(MATERIALS PROVIDED begins)

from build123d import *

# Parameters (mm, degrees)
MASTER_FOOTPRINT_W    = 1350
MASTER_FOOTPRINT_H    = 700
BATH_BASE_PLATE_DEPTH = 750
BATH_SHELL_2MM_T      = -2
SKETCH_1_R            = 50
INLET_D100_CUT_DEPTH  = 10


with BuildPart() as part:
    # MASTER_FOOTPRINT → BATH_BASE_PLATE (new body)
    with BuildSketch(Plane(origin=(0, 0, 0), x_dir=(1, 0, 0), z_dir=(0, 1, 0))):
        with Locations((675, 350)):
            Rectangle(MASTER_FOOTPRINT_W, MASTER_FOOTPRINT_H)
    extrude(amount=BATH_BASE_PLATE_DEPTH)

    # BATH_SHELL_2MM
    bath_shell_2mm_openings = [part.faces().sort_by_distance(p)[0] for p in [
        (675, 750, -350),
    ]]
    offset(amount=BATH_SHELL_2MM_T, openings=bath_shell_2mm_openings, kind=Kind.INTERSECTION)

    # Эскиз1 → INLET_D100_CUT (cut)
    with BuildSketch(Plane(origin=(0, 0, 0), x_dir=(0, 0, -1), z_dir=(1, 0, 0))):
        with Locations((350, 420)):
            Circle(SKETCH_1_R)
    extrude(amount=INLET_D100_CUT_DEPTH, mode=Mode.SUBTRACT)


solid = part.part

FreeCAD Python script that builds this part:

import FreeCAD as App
import Part
import Sketcher

V = App.Vector


def faces_at(feature, points):
    """Names of the faces that lie closest to the given points."""
    faces = feature.Shape.Faces
    near = lambda p: min(range(len(faces)), key=lambda i: faces[i].distToShape(Part.Vertex(*p))[0])
    return sorted({f"Face{near(p) + 1}" for p in points})


def add_polygon(sketch, points):
    """Adds a closed chain of lines whose ends are joined by coincident constraints."""
    first, n = sketch.GeometryCount, len(points)
    for a, b in zip(points, points[1:] + points[:1]):
        sketch.addGeometry(Part.LineSegment(App.Vector(*a, 0), App.Vector(*b, 0)), False)
    for i in range(n):
        sketch.addConstraint(Sketcher.Constraint("Coincident", first + i, 2, first + (i + 1) % n, 1))

doc = App.newDocument("Part")
params = doc.addObject("Spreadsheet::Sheet", "Params")
for row, (alias, value) in enumerate([
    ("sketch1_width", "1350 mm"),
    ("sketch1_height", "700 mm"),
    ("pad1_length", "750 mm"),
    ("thickness_wall", "2 mm"),
    ("sketch2_diameter", "100 mm"),
    ("pocket1_length", "10 mm"),
], start=1):
    params.set(f"A{row}", alias)
    params.set(f"B{row}", "=" + value)
    params.setAlias(f"B{row}", alias)

body = doc.addObject("PartDesign::Body", "Body")

# Sketch on XZ plane
sketch1 = body.newObject("Sketcher::SketchObject", "Sketch")
sketch1.AttachmentSupport = (doc.getObject("XZ_Plane"), [""])
sketch1.MapMode = "FlatFace"
add_polygon(sketch1, [(0, -700), (0, 0), (1350, 0), (1350, -700)])  # lines 0-3
sketch1.addConstraint(Sketcher.Constraint("Vertical", 0))
sketch1.addConstraint(Sketcher.Constraint("Horizontal", 1))
sketch1.addConstraint(Sketcher.Constraint("Vertical", 2))
sketch1.addConstraint(Sketcher.Constraint("Horizontal", 3))
sketch1.addConstraint(Sketcher.Constraint("Coincident", 0, 2, -1, 1))
sketch1.addConstraint(Sketcher.Constraint("DistanceX", 1, 1, 1, 2, 1350.0))
sketch1.addConstraint(Sketcher.Constraint("DistanceY", 0, 1, 0, 2, 700.0))
sketch1.setExpression("Constraints[9]", "Params.sketch1_width")
sketch1.setExpression("Constraints[10]", "Params.sketch1_height")
pad1 = body.newObject("PartDesign::Pad", "Pad")
pad1.Profile = sketch1
pad1.setExpression("Length", "Params.pad1_length")
pad1.Reversed = True
doc.recompute()

thickness = body.newObject("PartDesign::Thickness", "Thickness")
thickness.Base = (pad1, faces_at(pad1, [(675, 750, -350)]))
thickness.setExpression("Value", "Params.thickness_wall")
thickness.Reversed = True
thickness.Join = "Intersection"

# Sketch on YZ plane
sketch2 = body.newObject("Sketcher::SketchObject", "Sketch001")
sketch2.AttachmentSupport = (doc.getObject("YZ_Plane"), [""])
sketch2.MapMode = "FlatFace"
sketch2.addGeometry(Part.Circle(V(420, -350, 0), V(0, 0, 1), 50), False)
sketch2.addConstraint(Sketcher.Constraint("Diameter", 0, 100.0))
sketch2.addConstraint(Sketcher.Constraint("DistanceX", -1, 1, 0, 3, 420.0))
sketch2.addConstraint(Sketcher.Constraint("DistanceY", 0, 3, -1, 1, 350.0))
sketch2.setExpression("Constraints[0]", "Params.sketch2_diameter")
pocket1 = body.newObject("PartDesign::Pocket", "Pocket")
pocket1.Profile = sketch2
pocket1.setExpression("Length", "Params.pocket1_length")
pocket1.Reversed = True

doc.recompute()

(MATERIALS PROVIDED ends)

§ PROBLEM STATEMENT: Out of the data above, give again only the lines starting at the one holding "with BuildPart() as" and ending at the one holding "FreeCAD Python script", unchanged.

§ ANSWER TO THE PROBLEM:
with BuildPart() as part:
    # MASTER_FOOTPRINT → BATH_BASE_PLATE (new body)
    with BuildSketch(Plane(origin=(0, 0, 0), x_dir=(1, 0, 0), z_dir=(0, 1, 0))):
        with Locations((675, 350)):
            Rectangle(MASTER_FOOTPRINT_W, MASTER_FOOTPRINT_H)
    extrude(amount=BATH_BASE_PLATE_DEPTH)

    # BATH_SHELL_2MM
    bath_shell_2mm_openings = [part.faces().sort_by_distance(p)[0] for p in [
        (675, 750, -350),
    ]]
    offset(amount=BATH_SHELL_2MM_T, openings=bath_shell_2mm_openings, kind=Kind.INTERSECTION)

    # Эскиз1 → INLET_D100_CUT (cut)
    with BuildSketch(Plane(origin=(0, 0, 0), x_dir=(0, 0, -1), z_dir=(1, 0, 0))):
        with Locations((350, 420)):
            Circle(SKETCH_1_R)
    extrude(amount=INLET_D100_CUT_DEPTH, mode=Mode.SUBTRACT)


solid = part.part

FreeCAD Python script that builds this part:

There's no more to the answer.